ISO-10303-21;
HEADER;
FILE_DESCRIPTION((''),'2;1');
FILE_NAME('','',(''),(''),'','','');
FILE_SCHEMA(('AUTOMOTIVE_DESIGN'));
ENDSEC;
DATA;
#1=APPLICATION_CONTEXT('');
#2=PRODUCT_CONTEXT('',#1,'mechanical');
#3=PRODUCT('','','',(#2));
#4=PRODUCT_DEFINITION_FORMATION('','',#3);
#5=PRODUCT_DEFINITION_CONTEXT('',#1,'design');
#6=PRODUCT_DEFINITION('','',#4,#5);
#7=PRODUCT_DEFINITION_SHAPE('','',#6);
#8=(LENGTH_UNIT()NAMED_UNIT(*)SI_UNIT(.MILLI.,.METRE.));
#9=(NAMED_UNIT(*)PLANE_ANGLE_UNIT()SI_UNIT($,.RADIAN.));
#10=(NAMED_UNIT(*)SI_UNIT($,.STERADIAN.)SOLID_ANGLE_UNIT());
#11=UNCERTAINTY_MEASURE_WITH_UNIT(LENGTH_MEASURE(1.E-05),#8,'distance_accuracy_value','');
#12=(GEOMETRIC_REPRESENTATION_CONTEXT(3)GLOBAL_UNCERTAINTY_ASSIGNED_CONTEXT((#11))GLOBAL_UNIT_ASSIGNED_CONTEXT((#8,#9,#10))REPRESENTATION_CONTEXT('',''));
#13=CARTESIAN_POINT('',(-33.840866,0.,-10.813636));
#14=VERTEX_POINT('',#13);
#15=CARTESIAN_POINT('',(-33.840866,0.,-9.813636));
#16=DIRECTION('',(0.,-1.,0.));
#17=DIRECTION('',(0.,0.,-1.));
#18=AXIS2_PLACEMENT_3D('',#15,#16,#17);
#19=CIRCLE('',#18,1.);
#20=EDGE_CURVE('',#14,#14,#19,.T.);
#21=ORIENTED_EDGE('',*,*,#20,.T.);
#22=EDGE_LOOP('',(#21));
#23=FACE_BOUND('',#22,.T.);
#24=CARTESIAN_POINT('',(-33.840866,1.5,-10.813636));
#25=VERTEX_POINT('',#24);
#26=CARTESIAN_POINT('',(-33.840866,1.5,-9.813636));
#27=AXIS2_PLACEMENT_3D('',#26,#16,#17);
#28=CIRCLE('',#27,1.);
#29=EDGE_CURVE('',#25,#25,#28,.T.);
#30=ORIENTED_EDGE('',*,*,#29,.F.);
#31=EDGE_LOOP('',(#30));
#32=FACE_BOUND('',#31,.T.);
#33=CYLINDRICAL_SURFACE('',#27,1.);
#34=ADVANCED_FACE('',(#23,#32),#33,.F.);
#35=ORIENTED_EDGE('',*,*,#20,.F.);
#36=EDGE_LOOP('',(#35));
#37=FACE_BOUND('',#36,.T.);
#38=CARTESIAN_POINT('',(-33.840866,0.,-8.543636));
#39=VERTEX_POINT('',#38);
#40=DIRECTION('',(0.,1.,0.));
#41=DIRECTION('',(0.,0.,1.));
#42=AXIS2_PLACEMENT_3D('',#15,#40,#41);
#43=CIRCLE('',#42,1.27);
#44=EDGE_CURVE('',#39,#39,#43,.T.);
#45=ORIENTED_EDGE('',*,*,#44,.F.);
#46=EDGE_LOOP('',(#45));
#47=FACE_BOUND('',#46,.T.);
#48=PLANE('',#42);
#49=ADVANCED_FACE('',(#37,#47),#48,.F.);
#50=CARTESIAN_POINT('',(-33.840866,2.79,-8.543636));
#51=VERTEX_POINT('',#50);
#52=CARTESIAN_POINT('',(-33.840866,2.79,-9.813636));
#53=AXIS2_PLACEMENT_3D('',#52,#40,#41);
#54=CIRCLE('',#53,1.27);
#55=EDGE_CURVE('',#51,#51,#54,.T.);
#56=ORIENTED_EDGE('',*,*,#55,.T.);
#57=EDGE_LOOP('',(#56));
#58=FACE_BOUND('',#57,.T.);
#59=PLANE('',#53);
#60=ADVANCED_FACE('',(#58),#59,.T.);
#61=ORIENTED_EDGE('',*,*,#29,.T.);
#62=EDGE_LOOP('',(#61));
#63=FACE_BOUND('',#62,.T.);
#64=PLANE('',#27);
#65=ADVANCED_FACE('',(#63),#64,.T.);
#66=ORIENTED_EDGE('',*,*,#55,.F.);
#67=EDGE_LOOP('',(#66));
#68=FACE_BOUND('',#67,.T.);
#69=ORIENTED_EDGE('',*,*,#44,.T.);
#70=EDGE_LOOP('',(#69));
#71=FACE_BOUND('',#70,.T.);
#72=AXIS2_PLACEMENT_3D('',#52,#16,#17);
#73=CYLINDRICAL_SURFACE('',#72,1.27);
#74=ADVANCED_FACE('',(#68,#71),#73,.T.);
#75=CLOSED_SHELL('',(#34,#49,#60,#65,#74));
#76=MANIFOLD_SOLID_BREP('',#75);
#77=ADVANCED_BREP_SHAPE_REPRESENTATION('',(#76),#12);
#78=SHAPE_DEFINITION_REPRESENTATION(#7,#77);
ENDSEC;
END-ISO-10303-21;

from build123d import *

# Parameters (mm, degrees)
SKETCH2_R           = 1.27
BOSS_EXTRUDE1_DEPTH = 2.79
SKETCH3_R           = 1
CUT_EXTRUDE1_DEPTH  = 1.5


with BuildPart() as part:
    # Sketch2 → Boss-Extrude1 (new body)
    with BuildSketch(Plane(origin=(0, 0, 0), x_dir=(1, 0, 0), z_dir=(0, 1, 0))):
        with Locations(Location((-33.84086576, 9.813636364, 0), (0, 0, 270))):
            Circle(SKETCH2_R)
    extrude(amount=BOSS_EXTRUDE1_DEPTH)

    # Sketch3 → Cut-Extrude1 (cut)
    with BuildSketch(Plane.XZ):
        with Locations(Location((-33.84086576, -9.813636364, 0), (0, 0, 270))):
            Circle(SKETCH3_R)
    extrude(amount=-CUT_EXTRUDE1_DEPTH, mode=Mode.SUBTRACT)


solid = part.part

» **YOUR ASSIGNMENT**
Repeat only the lines above, from the first line of the entries through the line that contains "#8=(LENGTH_UNIT()NAMED_UNIT(*)SI_UNIT(.MILLI.,.METRE.));", including both ends.

» **REPLY TO THE TASK**
ISO-10303-21;
HEADER;
FILE_DESCRIPTION((''),'2;1');
FILE_NAME('','',(''),(''),'','','');
FILE_SCHEMA(('AUTOMOTIVE_DESIGN'));
ENDSEC;
DATA;
#1=APPLICATION_CONTEXT('');
#2=PRODUCT_CONTEXT('',#1,'mechanical');
#3=PRODUCT('','','',(#2));
#4=PRODUCT_DEFINITION_FORMATION('','',#3);
#5=PRODUCT_DEFINITION_CONTEXT('',#1,'design');
#6=PRODUCT_DEFINITION('','',#4,#5);
#7=PRODUCT_DEFINITION_SHAPE('','',#6);
#8=(LENGTH_UNIT()NAMED_UNIT(*)SI_UNIT(.MILLI.,.METRE.));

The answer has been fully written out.